Apalache uses bounded model checking. This technique checks all runs up to
--max-steps
steps via z3 (opens in a new tab). Apalache is highly configurable. See Apalache
configuration (opens in a new tab)
for guidance.
-
If there are no critical errors (e.g., in parsing, typechecking, etc.), this command sends the Quint specification to the Apalache (opens in a new tab) model checker, which will try to find an invariant violation. If it finds one, it prints the trace on the standard output. When the parameter
--out
is supplied, the trace is written as a JSON representation of Quint IR in the output file. When the parameter--out-itf
is supplied, the trace is written in the Informal Trace Format (opens in a new tab). This output can be conveniently displayed with the ITF Trace Viewer (opens in a new tab), or just with jq (opens in a new tab). -
If the specification cannot be run (e.g., due to a parsing error), the file contains an error message in JSON:
{ "stage": "verifying", "errors": [ <errors> ] }
The errors and warnings are written in the format of ADR002.
Command lint
This command is not implemented yet.
quint lint [--config=config.json] [--out=<out>.json] <spec>.qnt
This command checks an input specification <spec>.qnt
against a set of rules.
If no errors or warnings are found, this command outputs nothing.
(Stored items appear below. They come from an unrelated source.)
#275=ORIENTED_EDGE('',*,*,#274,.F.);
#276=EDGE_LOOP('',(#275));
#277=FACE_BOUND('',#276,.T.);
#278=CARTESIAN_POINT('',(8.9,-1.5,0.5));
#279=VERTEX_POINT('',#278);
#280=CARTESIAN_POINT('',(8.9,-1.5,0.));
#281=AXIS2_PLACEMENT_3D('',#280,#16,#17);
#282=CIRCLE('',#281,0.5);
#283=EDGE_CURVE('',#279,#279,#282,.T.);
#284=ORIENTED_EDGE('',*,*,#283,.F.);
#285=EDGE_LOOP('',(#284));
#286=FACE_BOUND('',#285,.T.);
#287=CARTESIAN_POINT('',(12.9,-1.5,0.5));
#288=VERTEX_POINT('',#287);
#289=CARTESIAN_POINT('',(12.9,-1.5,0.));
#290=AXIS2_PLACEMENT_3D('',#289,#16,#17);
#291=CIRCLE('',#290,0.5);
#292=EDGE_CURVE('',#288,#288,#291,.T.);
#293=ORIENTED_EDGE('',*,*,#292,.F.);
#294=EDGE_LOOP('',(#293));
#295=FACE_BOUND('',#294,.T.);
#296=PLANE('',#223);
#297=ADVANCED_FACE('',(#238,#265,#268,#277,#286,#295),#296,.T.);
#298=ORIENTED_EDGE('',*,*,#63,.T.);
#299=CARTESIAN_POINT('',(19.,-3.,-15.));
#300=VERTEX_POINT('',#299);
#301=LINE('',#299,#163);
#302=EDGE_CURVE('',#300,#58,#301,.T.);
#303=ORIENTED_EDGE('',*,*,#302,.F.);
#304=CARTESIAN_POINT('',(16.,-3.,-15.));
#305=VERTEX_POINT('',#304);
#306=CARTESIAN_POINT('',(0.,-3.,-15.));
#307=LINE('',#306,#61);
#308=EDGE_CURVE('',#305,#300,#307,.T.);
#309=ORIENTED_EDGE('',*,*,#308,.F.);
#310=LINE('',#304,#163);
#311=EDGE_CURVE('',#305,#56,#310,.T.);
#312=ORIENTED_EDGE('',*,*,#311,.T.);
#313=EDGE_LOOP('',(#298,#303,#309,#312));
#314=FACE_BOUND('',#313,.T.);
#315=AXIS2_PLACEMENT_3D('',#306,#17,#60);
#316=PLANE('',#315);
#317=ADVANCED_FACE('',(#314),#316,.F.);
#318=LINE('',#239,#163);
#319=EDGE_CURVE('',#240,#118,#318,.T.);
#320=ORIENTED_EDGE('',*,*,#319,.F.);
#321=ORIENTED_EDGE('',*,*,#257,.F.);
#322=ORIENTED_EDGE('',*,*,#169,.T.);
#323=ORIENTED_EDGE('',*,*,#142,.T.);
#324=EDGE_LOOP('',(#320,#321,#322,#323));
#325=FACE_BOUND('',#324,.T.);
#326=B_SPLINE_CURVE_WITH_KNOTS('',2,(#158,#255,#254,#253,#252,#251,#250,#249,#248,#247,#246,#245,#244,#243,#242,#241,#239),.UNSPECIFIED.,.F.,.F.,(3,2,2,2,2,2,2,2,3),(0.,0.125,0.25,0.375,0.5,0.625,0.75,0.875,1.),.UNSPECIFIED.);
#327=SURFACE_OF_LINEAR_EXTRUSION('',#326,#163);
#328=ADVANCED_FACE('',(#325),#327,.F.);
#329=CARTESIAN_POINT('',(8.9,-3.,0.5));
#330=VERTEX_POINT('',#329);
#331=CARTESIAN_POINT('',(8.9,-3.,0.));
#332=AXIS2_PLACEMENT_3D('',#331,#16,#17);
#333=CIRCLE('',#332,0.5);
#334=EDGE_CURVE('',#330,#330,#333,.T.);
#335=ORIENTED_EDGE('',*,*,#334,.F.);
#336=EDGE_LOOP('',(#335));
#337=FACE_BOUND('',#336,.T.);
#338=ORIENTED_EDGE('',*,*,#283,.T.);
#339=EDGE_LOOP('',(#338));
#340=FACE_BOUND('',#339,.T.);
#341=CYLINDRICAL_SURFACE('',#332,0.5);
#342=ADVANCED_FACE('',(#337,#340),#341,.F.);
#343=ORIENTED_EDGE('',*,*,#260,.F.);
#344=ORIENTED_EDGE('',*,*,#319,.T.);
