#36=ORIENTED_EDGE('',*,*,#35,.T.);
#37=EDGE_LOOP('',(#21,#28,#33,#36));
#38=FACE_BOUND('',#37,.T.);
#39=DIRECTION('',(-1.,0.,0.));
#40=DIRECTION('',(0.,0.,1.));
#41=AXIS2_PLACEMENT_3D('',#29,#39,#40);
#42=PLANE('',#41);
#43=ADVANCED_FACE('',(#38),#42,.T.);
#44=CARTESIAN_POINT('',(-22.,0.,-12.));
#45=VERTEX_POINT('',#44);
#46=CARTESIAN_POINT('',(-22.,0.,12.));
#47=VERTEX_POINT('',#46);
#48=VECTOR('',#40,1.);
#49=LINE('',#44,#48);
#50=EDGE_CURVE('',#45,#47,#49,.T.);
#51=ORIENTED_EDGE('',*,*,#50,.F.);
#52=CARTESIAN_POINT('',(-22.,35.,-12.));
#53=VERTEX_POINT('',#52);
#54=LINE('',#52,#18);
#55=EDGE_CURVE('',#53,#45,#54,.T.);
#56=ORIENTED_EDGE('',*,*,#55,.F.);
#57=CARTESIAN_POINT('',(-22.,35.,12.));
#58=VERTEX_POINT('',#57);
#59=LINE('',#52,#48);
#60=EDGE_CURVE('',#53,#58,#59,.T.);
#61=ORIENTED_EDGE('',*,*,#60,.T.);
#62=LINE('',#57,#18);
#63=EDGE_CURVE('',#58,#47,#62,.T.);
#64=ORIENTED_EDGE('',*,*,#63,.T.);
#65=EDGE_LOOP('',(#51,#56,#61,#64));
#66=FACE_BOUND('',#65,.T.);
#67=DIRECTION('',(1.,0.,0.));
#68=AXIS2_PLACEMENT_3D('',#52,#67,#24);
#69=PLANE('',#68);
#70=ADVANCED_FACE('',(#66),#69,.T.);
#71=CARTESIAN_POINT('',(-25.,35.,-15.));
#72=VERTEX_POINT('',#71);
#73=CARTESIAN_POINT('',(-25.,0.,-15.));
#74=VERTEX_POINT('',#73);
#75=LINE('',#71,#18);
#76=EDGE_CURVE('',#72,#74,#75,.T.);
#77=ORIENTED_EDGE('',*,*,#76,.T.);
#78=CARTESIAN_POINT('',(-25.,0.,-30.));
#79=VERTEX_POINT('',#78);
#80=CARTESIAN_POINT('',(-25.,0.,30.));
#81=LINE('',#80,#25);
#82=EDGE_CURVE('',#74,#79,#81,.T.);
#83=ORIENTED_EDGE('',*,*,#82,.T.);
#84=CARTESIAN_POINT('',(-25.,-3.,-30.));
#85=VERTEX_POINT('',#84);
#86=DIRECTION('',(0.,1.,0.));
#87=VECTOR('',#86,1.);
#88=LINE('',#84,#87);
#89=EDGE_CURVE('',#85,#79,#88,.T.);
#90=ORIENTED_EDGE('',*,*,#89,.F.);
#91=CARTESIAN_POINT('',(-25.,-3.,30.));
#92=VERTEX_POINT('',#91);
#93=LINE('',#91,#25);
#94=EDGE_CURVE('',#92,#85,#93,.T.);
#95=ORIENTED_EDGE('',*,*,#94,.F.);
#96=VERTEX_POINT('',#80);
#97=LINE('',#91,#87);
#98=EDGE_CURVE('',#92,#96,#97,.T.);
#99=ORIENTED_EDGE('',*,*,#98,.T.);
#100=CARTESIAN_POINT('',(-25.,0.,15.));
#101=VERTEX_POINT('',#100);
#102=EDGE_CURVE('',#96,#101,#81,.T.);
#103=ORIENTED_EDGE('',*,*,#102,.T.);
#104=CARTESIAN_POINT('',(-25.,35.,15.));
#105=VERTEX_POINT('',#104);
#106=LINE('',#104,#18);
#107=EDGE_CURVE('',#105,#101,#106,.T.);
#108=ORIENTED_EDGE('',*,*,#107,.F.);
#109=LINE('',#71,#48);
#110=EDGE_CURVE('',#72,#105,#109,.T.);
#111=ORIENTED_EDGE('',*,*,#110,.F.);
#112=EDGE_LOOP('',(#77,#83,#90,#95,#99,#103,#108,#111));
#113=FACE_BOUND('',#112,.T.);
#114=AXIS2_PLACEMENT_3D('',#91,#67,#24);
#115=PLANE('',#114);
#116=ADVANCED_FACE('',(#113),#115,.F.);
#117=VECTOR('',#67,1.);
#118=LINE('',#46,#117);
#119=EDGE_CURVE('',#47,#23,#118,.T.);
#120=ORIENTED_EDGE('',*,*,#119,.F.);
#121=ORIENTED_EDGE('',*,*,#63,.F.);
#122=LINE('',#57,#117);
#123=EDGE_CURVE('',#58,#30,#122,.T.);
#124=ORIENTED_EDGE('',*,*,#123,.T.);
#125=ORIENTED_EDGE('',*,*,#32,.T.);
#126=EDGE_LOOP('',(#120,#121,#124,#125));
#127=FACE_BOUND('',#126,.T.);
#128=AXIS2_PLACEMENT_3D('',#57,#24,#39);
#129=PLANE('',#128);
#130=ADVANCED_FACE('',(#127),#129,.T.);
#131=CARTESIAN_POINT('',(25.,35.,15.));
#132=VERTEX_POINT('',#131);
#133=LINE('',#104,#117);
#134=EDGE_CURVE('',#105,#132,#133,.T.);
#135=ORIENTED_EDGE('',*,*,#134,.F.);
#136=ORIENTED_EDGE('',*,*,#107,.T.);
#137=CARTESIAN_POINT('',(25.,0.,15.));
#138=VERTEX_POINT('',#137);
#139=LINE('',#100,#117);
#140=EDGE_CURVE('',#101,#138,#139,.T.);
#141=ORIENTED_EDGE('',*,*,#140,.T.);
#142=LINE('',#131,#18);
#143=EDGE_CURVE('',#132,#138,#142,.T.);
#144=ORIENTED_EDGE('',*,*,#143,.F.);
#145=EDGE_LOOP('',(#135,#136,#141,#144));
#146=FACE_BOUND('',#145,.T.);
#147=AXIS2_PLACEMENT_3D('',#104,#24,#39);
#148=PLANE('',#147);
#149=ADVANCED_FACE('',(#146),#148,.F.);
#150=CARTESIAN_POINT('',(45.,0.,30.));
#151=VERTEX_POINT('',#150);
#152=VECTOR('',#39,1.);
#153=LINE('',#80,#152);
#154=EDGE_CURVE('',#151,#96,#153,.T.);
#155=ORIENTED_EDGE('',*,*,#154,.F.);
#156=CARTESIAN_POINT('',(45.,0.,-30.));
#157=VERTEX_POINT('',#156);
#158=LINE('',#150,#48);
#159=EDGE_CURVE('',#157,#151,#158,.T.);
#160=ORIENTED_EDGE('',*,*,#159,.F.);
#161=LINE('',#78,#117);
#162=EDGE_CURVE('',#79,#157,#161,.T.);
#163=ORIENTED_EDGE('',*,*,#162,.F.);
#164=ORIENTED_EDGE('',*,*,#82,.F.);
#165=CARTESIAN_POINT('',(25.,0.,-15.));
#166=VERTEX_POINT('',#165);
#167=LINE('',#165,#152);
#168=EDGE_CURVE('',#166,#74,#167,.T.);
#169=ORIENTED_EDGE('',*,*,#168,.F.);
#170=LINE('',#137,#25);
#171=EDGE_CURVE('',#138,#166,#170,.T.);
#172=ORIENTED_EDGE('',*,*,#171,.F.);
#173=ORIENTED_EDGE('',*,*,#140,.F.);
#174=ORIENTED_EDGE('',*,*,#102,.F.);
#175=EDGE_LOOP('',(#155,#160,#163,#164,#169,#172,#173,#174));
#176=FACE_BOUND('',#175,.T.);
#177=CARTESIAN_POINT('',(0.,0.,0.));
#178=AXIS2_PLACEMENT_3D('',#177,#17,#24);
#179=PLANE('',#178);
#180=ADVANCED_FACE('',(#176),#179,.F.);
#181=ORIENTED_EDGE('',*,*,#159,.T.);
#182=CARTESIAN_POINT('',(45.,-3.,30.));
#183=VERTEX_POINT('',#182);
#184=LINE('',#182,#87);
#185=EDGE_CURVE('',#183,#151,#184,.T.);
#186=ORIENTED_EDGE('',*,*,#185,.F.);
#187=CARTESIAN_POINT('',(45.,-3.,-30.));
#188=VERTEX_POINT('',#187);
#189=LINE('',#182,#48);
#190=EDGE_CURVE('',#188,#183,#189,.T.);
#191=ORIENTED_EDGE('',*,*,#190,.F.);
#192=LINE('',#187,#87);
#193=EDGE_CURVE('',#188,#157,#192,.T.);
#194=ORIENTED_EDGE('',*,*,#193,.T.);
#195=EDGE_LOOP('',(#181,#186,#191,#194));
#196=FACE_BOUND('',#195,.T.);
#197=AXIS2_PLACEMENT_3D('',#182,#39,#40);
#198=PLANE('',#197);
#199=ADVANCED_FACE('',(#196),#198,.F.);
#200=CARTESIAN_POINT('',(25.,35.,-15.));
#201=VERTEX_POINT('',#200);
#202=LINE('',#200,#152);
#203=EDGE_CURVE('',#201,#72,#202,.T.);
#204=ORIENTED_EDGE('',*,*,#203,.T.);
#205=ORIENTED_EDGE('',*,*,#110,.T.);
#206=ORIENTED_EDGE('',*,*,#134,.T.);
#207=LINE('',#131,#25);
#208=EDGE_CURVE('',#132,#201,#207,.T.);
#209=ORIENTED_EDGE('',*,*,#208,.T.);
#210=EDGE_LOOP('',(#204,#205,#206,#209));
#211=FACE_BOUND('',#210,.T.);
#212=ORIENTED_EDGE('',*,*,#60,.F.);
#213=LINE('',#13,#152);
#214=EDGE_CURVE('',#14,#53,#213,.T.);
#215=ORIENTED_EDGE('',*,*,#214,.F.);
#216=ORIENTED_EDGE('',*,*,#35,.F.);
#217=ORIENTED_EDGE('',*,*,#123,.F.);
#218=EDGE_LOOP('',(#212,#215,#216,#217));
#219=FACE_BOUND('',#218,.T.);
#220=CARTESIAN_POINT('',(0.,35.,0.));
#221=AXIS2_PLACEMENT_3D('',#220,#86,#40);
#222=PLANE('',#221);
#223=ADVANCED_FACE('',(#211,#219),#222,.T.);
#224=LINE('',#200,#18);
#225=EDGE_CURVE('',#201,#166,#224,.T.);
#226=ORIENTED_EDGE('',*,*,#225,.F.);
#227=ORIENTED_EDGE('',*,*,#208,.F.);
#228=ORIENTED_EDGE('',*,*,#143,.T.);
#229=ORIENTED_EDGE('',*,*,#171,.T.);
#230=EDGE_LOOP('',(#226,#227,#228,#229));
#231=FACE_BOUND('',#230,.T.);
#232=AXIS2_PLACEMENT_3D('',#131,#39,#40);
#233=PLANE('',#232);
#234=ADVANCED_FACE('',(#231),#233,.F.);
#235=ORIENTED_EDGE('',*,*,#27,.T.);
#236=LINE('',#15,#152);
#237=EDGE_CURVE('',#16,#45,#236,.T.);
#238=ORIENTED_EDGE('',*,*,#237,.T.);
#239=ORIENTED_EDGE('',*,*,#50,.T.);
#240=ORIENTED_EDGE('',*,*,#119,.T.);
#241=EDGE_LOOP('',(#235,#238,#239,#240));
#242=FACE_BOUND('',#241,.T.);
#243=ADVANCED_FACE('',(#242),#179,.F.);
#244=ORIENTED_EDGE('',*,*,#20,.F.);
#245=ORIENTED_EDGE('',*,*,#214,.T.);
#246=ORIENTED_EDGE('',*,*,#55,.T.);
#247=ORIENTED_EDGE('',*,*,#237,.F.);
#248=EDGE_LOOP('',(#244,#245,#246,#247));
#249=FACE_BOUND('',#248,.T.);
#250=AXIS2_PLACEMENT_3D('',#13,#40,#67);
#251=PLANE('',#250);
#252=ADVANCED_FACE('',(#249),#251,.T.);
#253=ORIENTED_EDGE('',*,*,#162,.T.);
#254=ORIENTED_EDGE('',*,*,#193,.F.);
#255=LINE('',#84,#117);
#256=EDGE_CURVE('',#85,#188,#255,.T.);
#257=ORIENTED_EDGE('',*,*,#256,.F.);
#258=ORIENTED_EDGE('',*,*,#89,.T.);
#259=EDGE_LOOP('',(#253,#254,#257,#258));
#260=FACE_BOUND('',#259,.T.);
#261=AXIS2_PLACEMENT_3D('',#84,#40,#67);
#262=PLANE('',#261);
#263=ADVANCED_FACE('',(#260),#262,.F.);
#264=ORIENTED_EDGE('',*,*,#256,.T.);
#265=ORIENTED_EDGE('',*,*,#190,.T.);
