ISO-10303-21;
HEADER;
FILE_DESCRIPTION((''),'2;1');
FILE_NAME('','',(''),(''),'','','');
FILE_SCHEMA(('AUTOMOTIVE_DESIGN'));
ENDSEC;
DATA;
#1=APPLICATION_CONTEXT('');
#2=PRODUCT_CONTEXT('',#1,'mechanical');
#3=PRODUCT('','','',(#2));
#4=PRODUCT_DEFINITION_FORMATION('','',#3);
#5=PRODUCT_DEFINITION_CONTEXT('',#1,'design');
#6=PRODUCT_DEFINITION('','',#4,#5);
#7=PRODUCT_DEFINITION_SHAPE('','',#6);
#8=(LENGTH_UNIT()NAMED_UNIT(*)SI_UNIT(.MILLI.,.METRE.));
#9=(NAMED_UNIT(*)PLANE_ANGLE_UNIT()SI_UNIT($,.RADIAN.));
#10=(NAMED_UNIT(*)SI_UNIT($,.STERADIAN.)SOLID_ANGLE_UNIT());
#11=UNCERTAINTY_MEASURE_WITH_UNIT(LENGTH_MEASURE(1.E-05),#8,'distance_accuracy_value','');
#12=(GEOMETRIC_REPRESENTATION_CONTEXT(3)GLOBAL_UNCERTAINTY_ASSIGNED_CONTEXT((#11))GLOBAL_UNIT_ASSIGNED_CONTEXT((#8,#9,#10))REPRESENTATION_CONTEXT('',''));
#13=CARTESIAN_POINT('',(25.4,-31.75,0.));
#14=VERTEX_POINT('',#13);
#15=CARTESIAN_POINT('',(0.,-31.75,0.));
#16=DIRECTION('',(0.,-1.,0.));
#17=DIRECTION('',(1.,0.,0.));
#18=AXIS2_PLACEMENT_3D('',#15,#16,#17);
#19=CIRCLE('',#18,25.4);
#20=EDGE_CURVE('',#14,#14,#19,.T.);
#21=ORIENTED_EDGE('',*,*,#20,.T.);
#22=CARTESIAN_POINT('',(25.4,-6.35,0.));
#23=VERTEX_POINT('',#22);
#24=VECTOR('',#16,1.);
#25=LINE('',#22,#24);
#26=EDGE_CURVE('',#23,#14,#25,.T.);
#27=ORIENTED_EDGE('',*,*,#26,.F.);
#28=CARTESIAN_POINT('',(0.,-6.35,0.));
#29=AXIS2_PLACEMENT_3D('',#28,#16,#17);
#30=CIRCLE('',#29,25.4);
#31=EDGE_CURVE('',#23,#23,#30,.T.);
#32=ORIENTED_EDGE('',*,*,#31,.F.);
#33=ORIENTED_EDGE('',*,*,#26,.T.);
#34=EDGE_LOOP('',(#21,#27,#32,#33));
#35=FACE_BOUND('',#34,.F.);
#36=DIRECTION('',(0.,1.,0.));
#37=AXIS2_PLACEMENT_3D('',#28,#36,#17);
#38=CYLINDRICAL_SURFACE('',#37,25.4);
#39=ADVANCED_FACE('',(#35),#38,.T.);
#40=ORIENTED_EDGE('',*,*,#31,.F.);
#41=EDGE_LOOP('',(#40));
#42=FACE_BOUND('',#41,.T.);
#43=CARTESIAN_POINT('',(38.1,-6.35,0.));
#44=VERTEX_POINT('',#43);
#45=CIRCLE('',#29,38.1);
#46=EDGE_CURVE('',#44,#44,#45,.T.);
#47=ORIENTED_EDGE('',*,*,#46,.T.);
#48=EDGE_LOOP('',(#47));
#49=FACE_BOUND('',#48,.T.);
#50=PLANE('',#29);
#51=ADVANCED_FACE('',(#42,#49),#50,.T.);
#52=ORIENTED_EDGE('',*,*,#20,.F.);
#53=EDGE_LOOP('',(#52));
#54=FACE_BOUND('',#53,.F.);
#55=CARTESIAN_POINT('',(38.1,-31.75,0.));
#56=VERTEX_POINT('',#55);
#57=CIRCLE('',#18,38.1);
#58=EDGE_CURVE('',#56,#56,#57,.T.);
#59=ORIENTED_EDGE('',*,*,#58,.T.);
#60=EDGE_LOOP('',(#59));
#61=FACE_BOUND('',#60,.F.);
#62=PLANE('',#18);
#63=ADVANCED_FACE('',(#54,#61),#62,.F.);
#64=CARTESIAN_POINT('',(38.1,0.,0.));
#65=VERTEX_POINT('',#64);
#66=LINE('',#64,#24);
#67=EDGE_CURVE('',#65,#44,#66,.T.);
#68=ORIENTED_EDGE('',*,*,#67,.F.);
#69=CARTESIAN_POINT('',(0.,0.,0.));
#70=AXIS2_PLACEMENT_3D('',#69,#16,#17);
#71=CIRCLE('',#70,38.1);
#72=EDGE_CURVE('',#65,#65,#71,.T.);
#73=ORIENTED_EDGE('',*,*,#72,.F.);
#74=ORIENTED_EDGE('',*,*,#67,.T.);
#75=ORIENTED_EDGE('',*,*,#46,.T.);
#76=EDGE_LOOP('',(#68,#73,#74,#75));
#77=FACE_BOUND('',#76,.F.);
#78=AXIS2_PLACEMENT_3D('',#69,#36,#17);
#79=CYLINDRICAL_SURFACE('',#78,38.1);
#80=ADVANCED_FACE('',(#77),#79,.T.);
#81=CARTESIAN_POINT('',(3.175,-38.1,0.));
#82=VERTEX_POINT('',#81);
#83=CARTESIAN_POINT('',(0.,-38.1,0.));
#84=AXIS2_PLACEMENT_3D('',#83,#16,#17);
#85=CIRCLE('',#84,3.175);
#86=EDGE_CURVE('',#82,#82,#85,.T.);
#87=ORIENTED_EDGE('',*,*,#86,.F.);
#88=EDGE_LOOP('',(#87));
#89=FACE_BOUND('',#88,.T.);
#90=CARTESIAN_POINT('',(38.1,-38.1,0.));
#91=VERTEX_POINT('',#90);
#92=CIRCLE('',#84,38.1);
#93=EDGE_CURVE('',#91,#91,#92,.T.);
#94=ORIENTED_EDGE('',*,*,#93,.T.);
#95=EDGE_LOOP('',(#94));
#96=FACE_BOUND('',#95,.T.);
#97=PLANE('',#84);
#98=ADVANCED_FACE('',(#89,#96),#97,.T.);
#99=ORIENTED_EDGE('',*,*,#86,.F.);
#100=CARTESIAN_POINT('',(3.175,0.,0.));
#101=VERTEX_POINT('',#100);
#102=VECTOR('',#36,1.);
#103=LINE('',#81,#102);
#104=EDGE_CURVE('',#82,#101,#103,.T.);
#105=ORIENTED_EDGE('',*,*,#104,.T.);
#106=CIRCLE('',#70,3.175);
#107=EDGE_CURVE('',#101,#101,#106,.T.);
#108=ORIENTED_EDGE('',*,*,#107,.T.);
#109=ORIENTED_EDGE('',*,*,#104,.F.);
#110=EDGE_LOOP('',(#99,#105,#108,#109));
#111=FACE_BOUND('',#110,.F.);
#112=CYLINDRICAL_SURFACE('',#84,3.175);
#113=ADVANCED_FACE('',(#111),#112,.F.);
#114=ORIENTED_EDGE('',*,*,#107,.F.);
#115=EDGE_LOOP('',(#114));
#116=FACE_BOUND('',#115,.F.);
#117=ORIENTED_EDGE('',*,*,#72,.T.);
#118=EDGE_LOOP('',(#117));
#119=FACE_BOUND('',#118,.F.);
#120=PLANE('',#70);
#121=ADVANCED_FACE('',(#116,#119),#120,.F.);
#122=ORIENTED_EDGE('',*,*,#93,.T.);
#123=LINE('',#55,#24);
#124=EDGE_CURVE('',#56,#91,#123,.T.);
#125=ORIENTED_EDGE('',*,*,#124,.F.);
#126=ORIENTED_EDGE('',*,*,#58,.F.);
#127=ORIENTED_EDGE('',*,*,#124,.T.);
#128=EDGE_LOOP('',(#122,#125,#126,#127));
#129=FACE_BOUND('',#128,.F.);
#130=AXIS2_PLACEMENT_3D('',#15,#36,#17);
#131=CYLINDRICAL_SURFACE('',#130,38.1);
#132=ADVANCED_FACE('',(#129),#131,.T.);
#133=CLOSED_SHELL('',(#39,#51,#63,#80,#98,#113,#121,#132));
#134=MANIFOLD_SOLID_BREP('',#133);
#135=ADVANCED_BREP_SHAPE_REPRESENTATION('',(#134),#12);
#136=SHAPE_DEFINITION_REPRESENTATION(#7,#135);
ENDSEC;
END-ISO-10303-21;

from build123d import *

# Parameters (mm, degrees)
F0_R     = 38.1
F1_DEPTH = 6.35
F2_R     = 25.4
F3_DEPTH = 25.4
F4_R     = 38.1
F4_R_2   = 25.4
F5_DEPTH = 6.35
F6_R     = 3.175
F7_DEPTH = 38.101


with BuildPart() as f1:
    # F0 (on Front) → F1 (new body)
    with BuildSketch(Plane.XZ):
        Circle(F0_R)
    extrude(amount=F1_DEPTH)

    # F2 (on face) → F3 (join)
    with BuildSketch(Plane.XZ.offset(6.35)):
        Circle(F2_R)
    extrude(amount=F3_DEPTH)

    # F4 (on face) → F5 (join)
    with BuildSketch(Plane.XZ.offset(31.75)):
        Circle(F4_R)
        Circle(F4_R_2, mode=Mode.SUBTRACT)
        Circle(F4_R_2)
    extrude(amount=F5_DEPTH)

    # F6 (on face) → F7 (cut, through all)
    with BuildSketch(Plane.XZ.offset(38.1)):
        Circle(F6_R)
    extrude(amount=-F7_DEPTH, mode=Mode.SUBTRACT)


solid = f1.part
When errors or warning are found, this command outputs them to stderr
,
unless the command --out
is specified.
Option --config
. This parameter specifies a configuration file in the
JSON format. This configuration files specifies linting rules. The exact format
is to be specified in the future.
Option --out
. If the user supplies the flag --out
, then the
result is written to the file <out>.json
. Depending on the outcome,
the following is written:
-
If the command succeeds, the file contains the success data structure:
{ "status": "linted" }
-
If the command fails, the file contains error messages and warnings in JSON:
{ "result": "error", "messages": [ <errors and warnings> ] }
The errors and warnings are written in the format of ADR002.
Command indent
This command is not implemented yet.
quint indent [--config=config.json] [--out=<out>.qnt] <spec>.qnt
This rule formats the input specification according to the default indentation
rules. Unless the option --out
is specified, the formatted specification
is written on the standard output.
Option --out
. The optional parameter --out
specifies the name of
an output file in the Quint format.
Option --config
. This parameter specifies a configuration file in the
JSON format. This configuration files specifies the indentation rules. The
exact format is to be specified in the future.